Sin embargo, hay una tendencia al consumismo que sí es peligrosa e incluso nociva para el desarrollo de un país. Y es la tendencia a consumir de tal manera que ni se ahorre, ni se invierta productivamente, ni se preocupe uno por la necesaria solidaridad con quienes tienen graves carencias. Un consumo despreocupado y derrochador en un contexto en el que hay pobreza en abundancia, hambre incluso en algunos sectores, convierte a nuestra sociedad en un reflejo de la parábola evangélica del rico sin nombre y el pobre Lázaro. Y así como no dudamos en achacar al rico sin nombre una verdadera pobreza moral, que se refleja en el relato evangélico en una condenación eterna, así también deberíamos mirar críticamente a nuestra propia sociedad.

Tenemos en efecto unos hábitos de consumo, muchas veces inducidos por los diversos sectores que en el país tienen liderazgo, que no son buenos para El Salvador. Y no son buenos porque son desiguales, porque incitan al derroche, porque no racionalizan el consumo de algunos productos básicos ni los ponen al alcance de toda la población, y porque superan nuestra capacidad de producir.
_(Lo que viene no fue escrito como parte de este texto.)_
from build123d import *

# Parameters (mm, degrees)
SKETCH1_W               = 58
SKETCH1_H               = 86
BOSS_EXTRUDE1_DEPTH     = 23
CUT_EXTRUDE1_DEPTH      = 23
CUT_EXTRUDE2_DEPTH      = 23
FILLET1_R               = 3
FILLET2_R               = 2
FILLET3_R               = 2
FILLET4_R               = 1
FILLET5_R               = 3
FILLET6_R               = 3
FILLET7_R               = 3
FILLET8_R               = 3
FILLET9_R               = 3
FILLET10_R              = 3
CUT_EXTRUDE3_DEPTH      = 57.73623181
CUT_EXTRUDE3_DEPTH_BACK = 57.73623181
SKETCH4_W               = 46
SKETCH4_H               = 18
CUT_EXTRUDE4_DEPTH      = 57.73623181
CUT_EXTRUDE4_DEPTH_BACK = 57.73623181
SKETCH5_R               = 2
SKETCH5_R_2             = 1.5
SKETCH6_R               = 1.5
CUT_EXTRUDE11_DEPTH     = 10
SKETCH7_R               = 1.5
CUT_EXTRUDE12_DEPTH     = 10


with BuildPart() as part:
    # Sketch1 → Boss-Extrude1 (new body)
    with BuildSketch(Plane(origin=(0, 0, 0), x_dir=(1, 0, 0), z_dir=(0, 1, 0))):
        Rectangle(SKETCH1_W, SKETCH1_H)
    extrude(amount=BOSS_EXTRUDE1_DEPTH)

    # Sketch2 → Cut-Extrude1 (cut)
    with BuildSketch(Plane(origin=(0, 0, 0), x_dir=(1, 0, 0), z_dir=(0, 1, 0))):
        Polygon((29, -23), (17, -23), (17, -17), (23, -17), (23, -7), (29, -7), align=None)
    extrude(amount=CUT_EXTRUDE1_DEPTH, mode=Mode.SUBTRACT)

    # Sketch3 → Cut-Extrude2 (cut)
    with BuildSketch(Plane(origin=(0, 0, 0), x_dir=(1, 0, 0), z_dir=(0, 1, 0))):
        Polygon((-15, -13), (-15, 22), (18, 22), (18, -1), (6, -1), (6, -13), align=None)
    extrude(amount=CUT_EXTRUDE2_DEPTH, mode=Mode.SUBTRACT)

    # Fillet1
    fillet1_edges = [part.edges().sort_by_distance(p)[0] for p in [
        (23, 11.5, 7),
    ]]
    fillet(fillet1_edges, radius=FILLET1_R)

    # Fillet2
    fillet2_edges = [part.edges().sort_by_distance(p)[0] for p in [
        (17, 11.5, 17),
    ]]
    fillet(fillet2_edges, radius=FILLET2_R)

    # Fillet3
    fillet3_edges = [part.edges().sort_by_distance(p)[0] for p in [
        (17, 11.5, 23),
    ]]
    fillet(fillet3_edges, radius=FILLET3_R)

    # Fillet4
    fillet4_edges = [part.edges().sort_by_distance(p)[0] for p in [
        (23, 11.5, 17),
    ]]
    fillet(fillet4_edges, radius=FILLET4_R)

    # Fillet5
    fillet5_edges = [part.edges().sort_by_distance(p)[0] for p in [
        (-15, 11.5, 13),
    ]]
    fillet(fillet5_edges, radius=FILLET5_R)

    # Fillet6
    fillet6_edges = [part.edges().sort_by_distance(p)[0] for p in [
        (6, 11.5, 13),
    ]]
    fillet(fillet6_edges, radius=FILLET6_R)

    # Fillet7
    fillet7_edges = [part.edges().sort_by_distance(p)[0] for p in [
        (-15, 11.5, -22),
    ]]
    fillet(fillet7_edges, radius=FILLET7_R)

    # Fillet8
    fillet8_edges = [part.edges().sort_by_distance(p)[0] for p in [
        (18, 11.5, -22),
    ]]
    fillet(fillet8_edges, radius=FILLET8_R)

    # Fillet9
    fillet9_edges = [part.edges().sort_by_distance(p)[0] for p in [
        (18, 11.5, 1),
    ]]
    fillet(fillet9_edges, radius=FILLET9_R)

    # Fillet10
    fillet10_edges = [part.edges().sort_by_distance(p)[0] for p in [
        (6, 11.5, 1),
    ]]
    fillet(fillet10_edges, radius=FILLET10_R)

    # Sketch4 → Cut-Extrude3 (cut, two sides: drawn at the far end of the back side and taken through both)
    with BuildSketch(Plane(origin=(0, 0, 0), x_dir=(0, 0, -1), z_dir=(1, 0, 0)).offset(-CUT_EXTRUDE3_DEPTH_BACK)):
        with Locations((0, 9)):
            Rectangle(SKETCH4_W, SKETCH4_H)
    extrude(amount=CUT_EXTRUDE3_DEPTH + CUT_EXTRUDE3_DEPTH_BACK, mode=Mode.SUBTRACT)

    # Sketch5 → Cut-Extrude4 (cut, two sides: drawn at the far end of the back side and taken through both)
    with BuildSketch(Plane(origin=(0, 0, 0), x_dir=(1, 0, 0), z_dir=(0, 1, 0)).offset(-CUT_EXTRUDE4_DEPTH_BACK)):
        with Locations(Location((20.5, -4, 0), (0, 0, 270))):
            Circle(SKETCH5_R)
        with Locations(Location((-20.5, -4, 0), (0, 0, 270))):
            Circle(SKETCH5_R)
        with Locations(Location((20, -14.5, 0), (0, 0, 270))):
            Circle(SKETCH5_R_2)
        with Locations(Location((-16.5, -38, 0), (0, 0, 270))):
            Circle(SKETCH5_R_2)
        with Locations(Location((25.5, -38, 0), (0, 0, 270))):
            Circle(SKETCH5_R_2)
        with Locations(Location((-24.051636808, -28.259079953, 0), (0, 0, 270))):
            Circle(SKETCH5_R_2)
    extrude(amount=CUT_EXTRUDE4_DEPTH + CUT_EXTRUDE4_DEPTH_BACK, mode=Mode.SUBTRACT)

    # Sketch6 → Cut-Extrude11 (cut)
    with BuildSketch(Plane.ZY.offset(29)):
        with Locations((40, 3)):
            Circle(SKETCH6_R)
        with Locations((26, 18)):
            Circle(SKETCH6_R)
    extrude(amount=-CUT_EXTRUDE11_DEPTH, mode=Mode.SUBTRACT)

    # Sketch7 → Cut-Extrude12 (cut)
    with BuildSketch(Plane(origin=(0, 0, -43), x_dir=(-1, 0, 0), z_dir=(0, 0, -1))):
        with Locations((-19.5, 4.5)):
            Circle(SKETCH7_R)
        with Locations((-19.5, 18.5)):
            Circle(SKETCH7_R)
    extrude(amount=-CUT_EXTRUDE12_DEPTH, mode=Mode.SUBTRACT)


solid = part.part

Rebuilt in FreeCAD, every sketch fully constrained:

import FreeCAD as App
import Part
import Sketcher


def edges_at(feature, points):
    """Names of the edges that pass closest to the given points."""
    edges = feature.Shape.Edges
    near = lambda p: min(range(len(edges)), key=lambda i: edges[i].distToShape(Part.Vertex(*p))[0])
    return sorted({f"Edge{near(p) + 1}" for p in points})


def add_polygon(sketch, points):
    """Adds a closed chain of lines whose ends are joined by coincident constraints."""
    first, n = sketch.GeometryCount, len(points)
    for a, b in zip(points, points[1:] + points[:1]):
        sketch.addGeometry(Part.LineSegment(App.Vector(*a, 0), App.Vector(*b, 0)), False)
    for i in range(n):
        sketch.addConstraint(Sketcher.Constraint("Coincident", first + i, 2, first + (i + 1) % n, 1))

doc = App.newDocument("Part")
body = doc.addObject("PartDesign::Body", "Body")

sketch1 = body.newObject("Sketcher::SketchObject", "Sketch")
sketch1.AttachmentSupport = (doc.getObject("XZ_Plane"), [""])
sketch1.MapMode = "FlatFace"
add_polygon(sketch1, [(-29, -43), (-29, 43), (29, 43), (29, -43)])
sketch1.addConstraint(Sketcher.Constraint("Vertical", 0))
sketch1.addConstraint(Sketcher.Constraint("Horizontal", 1))
sketch1.addConstraint(Sketcher.Constraint("Vertical", 2))
sketch1.addConstraint(Sketcher.Constraint("Horizontal", 3))
sketch1.addConstraint(Sketcher.Constraint("Symmetric", 0, 2, 2, 2, -1, 1))
sketch1.addConstraint(Sketcher.Constraint("DistanceX", 1, 1, 1, 2, 58.0))
sketch1.addConstraint(Sketcher.Constraint("DistanceY", 0, 1, 0, 2, 86.0))
pad1 = body.newObject("PartDesign::Pad", "Pad")
pad1.Profile = sketch1
pad1.Length = 23
pad1.Reversed = True

sketch2 = body.newObject("Sketcher::SketchObject", "Sketch001")
sketch2.AttachmentSupport = (doc.getObject("XZ_Plane"), [""])
sketch2.MapMode = "FlatFace"
add_polygon(sketch2, [(17, 23), (29, 23), (29, 7), (23, 7), (23, 17), (17, 17)])
sketch2.addConstraint(Sketcher.Constraint("Horizontal", 0))
sketch2.addConstraint(Sketcher.Constraint("Vertical", 1))
sketch2.addConstraint(Sketcher.Constraint("Horizontal", 2))
sketch2.addConstraint(Sketcher.Constraint("Vertical", 3))
sketch2.addConstraint(Sketcher.Constraint("Horizontal", 4))
sketch2.addConstraint(Sketcher.Constraint("Vertical", 5))
sketch2.addConstraint(Sketcher.Constraint("Equal", 2, 4))
sketch2.addConstraint(Sketcher.Constraint("Equal", 4, 5))
sketch2.addConstraint(Sketcher.Constraint("DistanceX", 0, 1, 0, 2, 12.0))
sketch2.addConstraint(Sketcher.Constraint("DistanceY", 1, 2, 1, 1, 16.0))
sketch2.addConstraint(Sketcher.Constraint("DistanceX", -1, 1, 0, 2, 29.0))
sketch2.addConstraint(Sketcher.Constraint("DistanceY", -1, 1, 0, 2, 23.0))
pocket1 = body.newObject("PartDesign::Pocket", "Pocket")
pocket1.Profile = sketch2
pocket1.Length = 23

sketch3 = body.newObject("Sketcher::SketchObject", "Sketch002")
sketch3.AttachmentSupport = (doc.getObject("XZ_Plane"), [""])
sketch3.MapMode = "FlatFace"
add_polygon(sketch3, [(-15, -22), (-15, 13), (6, 13), (6, 1), (18, 1), (18, -22)])
sketch3.addConstraint(Sketcher.Constraint("Vertical", 0))
sketch3.addConstraint(Sketcher.Constraint("Horizontal", 1))
sketch3.addConstraint(Sketcher.Constraint("Vertical", 2))
sketch3.addConstraint(Sketcher.Constraint("Horizontal", 3))
sketch3.addConstraint(Sketcher.Constraint("Vertical", 4))
sketch3.addConstraint(Sketcher.Constraint("Horizontal", 5))
sketch3.addConstraint(Sketcher.Constraint("Equal", 3, 2))
sketch3.addConstraint(Sketcher.Constraint("DistanceX", 1, 1, 1, 2, 21.0))
sketch3.addConstraint(Sketcher.Constraint("DistanceX", 3, 1, 3, 2, 12.0))
sketch3.addConstraint(Sketcher.Constraint("DistanceY", 0, 1, 0, 2, 35.0))
sketch3.addConstraint(Sketcher.Constraint("DistanceX", 0, 2, -1, 1, 15.0))
sketch3.addConstraint(Sketcher.Constraint("DistanceY", -1, 1, 0, 2, 13.0))
pocket2 = body.newObject("PartDesign::Pocket", "Pocket001")
pocket2.Profile = sketch3
pocket2.Length = 23
doc.recompute()

fillet = body.newObject("PartDesign::Fillet", "Fillet")
fillet.Base = (pocket2, edges_at(pocket2, [(23, 11.5, 7)]))
fillet.Radius = 3
doc.recompute()

fillet2 = body.newObject("PartDesign::Fillet", "Fillet001")
fillet2.Base = (fillet, edges_at(fillet, [(17, 11.5, 17)]))
fillet2.Radius = 2
doc.recompute()

fillet3 = body.newObject("PartDesign::Fillet", "Fillet002")
fillet3.Base = (fillet2, edges_at(fillet2, [(17, 11.5, 23)]))
fillet3.Radius = 2
doc.recompute()

fillet4 = body.newObject("PartDesign::Fillet", "Fillet003")
fillet4.Base = (fillet3, edges_at(fillet3, [(23, 11.5, 17)]))
fillet4.Radius = 1
doc.recompute()

fillet5 = body.newObject("PartDesign::Fillet", "Fillet004")
fillet5.Base = (fillet4, edges_at(fillet4, [(-15, 11.5, 13)]))
fillet5.Radius = 3
doc.recompute()

fillet6 = body.newObject("PartDesign::Fillet", "Fillet005")
fillet6.Base = (fillet5, edges_at(fillet5, [(6, 11.5, 13)]))
fillet6.Radius = 3
doc.recompute()

fillet7 = body.newObject("PartDesign::Fillet", "Fillet006")
fillet7.Base = (fillet6, edges_at(fillet6, [(-15, 11.5, -22)]))
fillet7.Radius = 3
doc.recompute()

fillet8 = body.newObject("PartDesign::Fillet", "Fillet007")
fillet8.Base = (fillet7, edges_at(fillet7, [(18, 11.5, -22)]))
fillet8.Radius = 3
doc.recompute()

fillet9 = body.newObject("PartDesign::Fillet", "Fillet008")
fillet9.Base = (fillet8, edges_at(fillet8, [(18, 11.5, 1)]))
fillet9.Radius = 3
doc.recompute()

fillet10 = body.newObject("PartDesign::Fillet", "Fillet009")
fillet10.Base = (fillet9, edges_at(fillet9, [(6, 11.5, 1)]))
fillet10.Radius = 3

sketch4 = body.newObject("Sketcher::SketchObject", "Sketch003")
sketch4.AttachmentSupport = (doc.getObject("YZ_Plane"), [""])
sketch4.MapMode = "FlatFace"
add_polygon(sketch4, [(18, 23), (0, 23), (0, -23), (18, -23)])
sketch4.addConstraint(Sketcher.Constraint("Horizontal", 0))
sketch4.addConstraint(Sketcher.Constraint("Vertical", 1))
sketch4.addConstraint(Sketcher.Constraint("Horizontal", 2))
sketch4.addConstraint(Sketcher.Constraint("Vertical", 3))
sketch4.addConstraint(Sketcher.Constraint("Symmetric", 0, 2, 1, 2, -1, 1))
sketch4.addConstraint(Sketcher.Constraint("DistanceX", 0, 2, 0, 1, 18.0))
sketch4.addConstraint(Sketcher.Constraint("DistanceY", 1, 2, 1, 1, 46.0))
pocket3 = body.newObject("PartDesign::Pocket", "Pocket002")
pocket3.Profile = sketch4
pocket3.Type = "ThroughAll"
pocket3.Midplane = True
A veces se ataca a quienes hablan contra el consumismo pensando que la tierra puede producir todo lo que el ser humano necesita; hay demasiada hipocresía detrás de esas aseveraciones optimistas. Los países ricos, y a veces los pobres, están demasiado preocupados por reducir la natalidad, especialmente en el Tercer Mundo, para evitar supuestas crisis. Pero no se preocupan de racionalizar el propio consumo. Todavía hoy China tiene unos índices de consumo once veces menores a los Estados Unidos. Pero si China e India alcanzaran los niveles de consumo gringo, los recursos mundiales se acabarían muy rápido. Y pasando de lo macro a lo micro, en El Salvador, algunos patrones de consumo del 20% con mejores ingresos no pueden ponerse como ejemplo de desarrollo para todo el pueblo salvadoreño. Y lo que no puede ponerse como ejemplo universalizable con frecuencia divide e impide la cohesión social.
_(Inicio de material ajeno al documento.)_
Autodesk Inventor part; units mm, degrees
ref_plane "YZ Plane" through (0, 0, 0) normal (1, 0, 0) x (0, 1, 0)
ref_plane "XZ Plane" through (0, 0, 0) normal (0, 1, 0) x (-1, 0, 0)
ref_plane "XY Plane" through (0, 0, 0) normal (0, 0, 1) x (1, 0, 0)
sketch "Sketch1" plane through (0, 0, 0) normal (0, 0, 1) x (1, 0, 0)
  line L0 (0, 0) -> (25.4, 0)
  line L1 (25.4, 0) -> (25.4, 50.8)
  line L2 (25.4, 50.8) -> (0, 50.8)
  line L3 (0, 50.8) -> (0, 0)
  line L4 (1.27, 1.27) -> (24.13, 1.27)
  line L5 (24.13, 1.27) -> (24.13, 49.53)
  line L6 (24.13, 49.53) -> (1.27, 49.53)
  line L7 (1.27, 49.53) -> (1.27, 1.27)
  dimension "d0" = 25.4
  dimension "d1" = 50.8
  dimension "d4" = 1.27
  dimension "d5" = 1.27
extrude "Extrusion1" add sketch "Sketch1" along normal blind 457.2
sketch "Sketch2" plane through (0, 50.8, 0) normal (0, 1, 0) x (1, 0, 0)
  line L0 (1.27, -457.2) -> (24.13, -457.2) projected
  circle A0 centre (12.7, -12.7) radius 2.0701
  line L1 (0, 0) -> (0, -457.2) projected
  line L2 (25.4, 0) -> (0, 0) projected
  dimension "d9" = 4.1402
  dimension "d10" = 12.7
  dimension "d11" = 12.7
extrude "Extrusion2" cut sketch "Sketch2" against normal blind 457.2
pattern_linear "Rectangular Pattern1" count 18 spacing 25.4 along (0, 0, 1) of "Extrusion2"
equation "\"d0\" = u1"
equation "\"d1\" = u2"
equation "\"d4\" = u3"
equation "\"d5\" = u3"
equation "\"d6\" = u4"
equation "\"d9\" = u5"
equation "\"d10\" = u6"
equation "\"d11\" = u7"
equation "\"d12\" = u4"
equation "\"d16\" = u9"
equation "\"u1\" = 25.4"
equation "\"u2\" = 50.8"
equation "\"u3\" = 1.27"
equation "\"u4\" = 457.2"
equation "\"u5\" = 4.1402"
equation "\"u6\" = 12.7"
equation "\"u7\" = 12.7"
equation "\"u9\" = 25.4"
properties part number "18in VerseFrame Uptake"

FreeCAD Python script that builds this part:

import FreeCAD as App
import Part
import Sketcher
Q = App.Units.Quantity

doc = App.newDocument("Part")
body = doc.addObject("PartDesign::Body", "Body")

# Sketch on XY plane
sketch1 = body.newObject("Sketcher::SketchObject", "Sketch")
sketch1.AttachmentSupport = (doc.getObject("XY_Plane"), [""])
sketch1.MapMode = "FlatFace"
sketch1.addGeometry([
    Part.LineSegment(App.Vector(0, 51, 0), App.Vector(0, 0, 0)),  # 0
    Part.LineSegment(App.Vector(0, 0, 0), App.Vector(25, 0, 0)),  # 1
    Part.LineSegment(App.Vector(25, 0, 0), App.Vector(25, 51, 0)),  # 2
    Part.LineSegment(App.Vector(25, 51, 0), App.Vector(0, 51, 0)),  # 3
    Part.LineSegment(App.Vector(24, 1, 0), App.Vector(1, 1, 0)),  # 4
    Part.LineSegment(App.Vector(1, 1, 0), App.Vector(1, 50, 0)),  # 5
    Part.LineSegment(App.Vector(1, 50, 0), App.Vector(24, 50, 0)),  # 6
    Part.LineSegment(App.Vector(24, 50, 0), App.Vector(24, 1, 0)),  # 7
], False)
sketch1.addConstraint([
    Sketcher.Constraint("Coincident", 0, 2, 1, 1),
    Sketcher.Constraint("Coincident", 1, 2, 2, 1),
    Sketcher.Constraint("Coincident", 2, 2, 3, 1),
    Sketcher.Constraint("Coincident", 3, 2, 0, 1),
    Sketcher.Constraint("Coincident", 4, 2, 5, 1),
    Sketcher.Constraint("Coincident", 5, 2, 6, 1),
    Sketcher.Constraint("Coincident", 6, 2, 7, 1),
    Sketcher.Constraint("Coincident", 7, 2, 4, 1),
    Sketcher.Constraint("Vertical", 0),
    Sketcher.Constraint("Horizontal", 1),
    Sketcher.Constraint("Vertical", 2),
    Sketcher.Constraint("Horizontal", 3),
    Sketcher.Constraint("Horizontal", 4),
    Sketcher.Constraint("Vertical", 5),
    Sketcher.Constraint("Horizontal", 6),
    Sketcher.Constraint("Vertical", 7),
    Sketcher.Constraint("Coincident", 0, 2, -1, 1),
    Sketcher.Constraint("DistanceX", 1, 1, 1, 2, Q("1 in")),
    Sketcher.Constraint("DistanceY", 0, 2, 0, 1, Q("2 in")),
    Sketcher.Constraint("DistanceX", -1, 1, 4, 2, Q("0.05 in")),
    Sketcher.Constraint("DistanceY", -1, 1, 4, 2, Q("0.05 in")),
    Sketcher.Constraint("DistanceY", 5, 2, 3, 2, Q("0.05 in")),
    Sketcher.Constraint("DistanceX", 6, 2, 2, 2, Q("0.05 in")),
])
pad1 = body.newObject("PartDesign::Pad", "Pad")
pad1.Profile = sketch1
pad1.Length = Q("18 in")

# Sketch on XZ plane
sketch2 = body.newObject("Sketcher::SketchObject", "Sketch001")
sketch2.AttachmentSupport = (doc.getObject("XZ_Plane"), [""])
sketch2.MapMode = "FlatFace"
sketch2.AttachmentOffset = App.Placement(App.Vector(0, 0, -2 * 25.4), App.Rotation())
sketch2.addGeometry(Part.Circle(App.Vector(12.7, 12.7, 0), App.Vector(0, 0, 1), 2.1), False)
sketch2.addConstraint([
    Sketcher.Constraint("Diameter", 0, Q("0.163 in")),
    Sketcher.Constraint("DistanceX", -1, 1, 0, 3, Q("0.5 in")),
    Sketcher.Constraint("DistanceY", -1, 1, 0, 3, Q("0.5 in")),
])
pocket1 = body.newObject("PartDesign::Pocket", "Pocket")
pocket1.Profile = sketch2
pocket1.Length = Q("18 in")
pocket1.Reversed = True
doc.recompute()

linearpattern = body.newObject("PartDesign::LinearPattern", "LinearPattern")
linearpattern.Originals = [pocket1]
linearpattern.Direction = (doc.getObject("Z_Axis"), [""])
linearpattern.Mode = "offset"
linearpattern.Offset = Q("1 in")
linearpattern.Occurrences = 18
body.Tip = linearpattern

doc.recompute()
La gente sigue marchándose a Estados Unidos no sólo porque hay graves problemas económicos en nuestra tierra, sino también porque los patrones de consumo de las élites están tan publicitados, son tan conocidos y se parecen tanto al consumo del Primer Mundo, que quienes no pueden alcanzarlos aquí se sienten tentados de marcharse hacia lo que solemos llamar "el sueño americano".

Por supuesto, no se trata de proponer entre nosotros una reducción drástica del consumo; se trata de que todo el mundo pueda consumir lo necesario para su desarrollo y su felicidad básica. La diferencia de consumo entre países muy grandes puede llevar a una severa crisis mundial en la medida en que las grandes potencias quieran igualarse en su capacidad de consumo. Pero la diferencia de consumo entre los diversos sectores de un país pequeño como el nuestro puede llevar a otro tipo de crisis: la crisis de la corrupción, de la violencia rampante, de la falta de cohesión social. Un poco más de austeridad en los sectores pudientes, una mayor ayuda a la racionalización del consumo y un mejor reparto de la riqueza son también caminos necesarios para este El Salvador nuestro tan lleno de necesidades sin cubrir.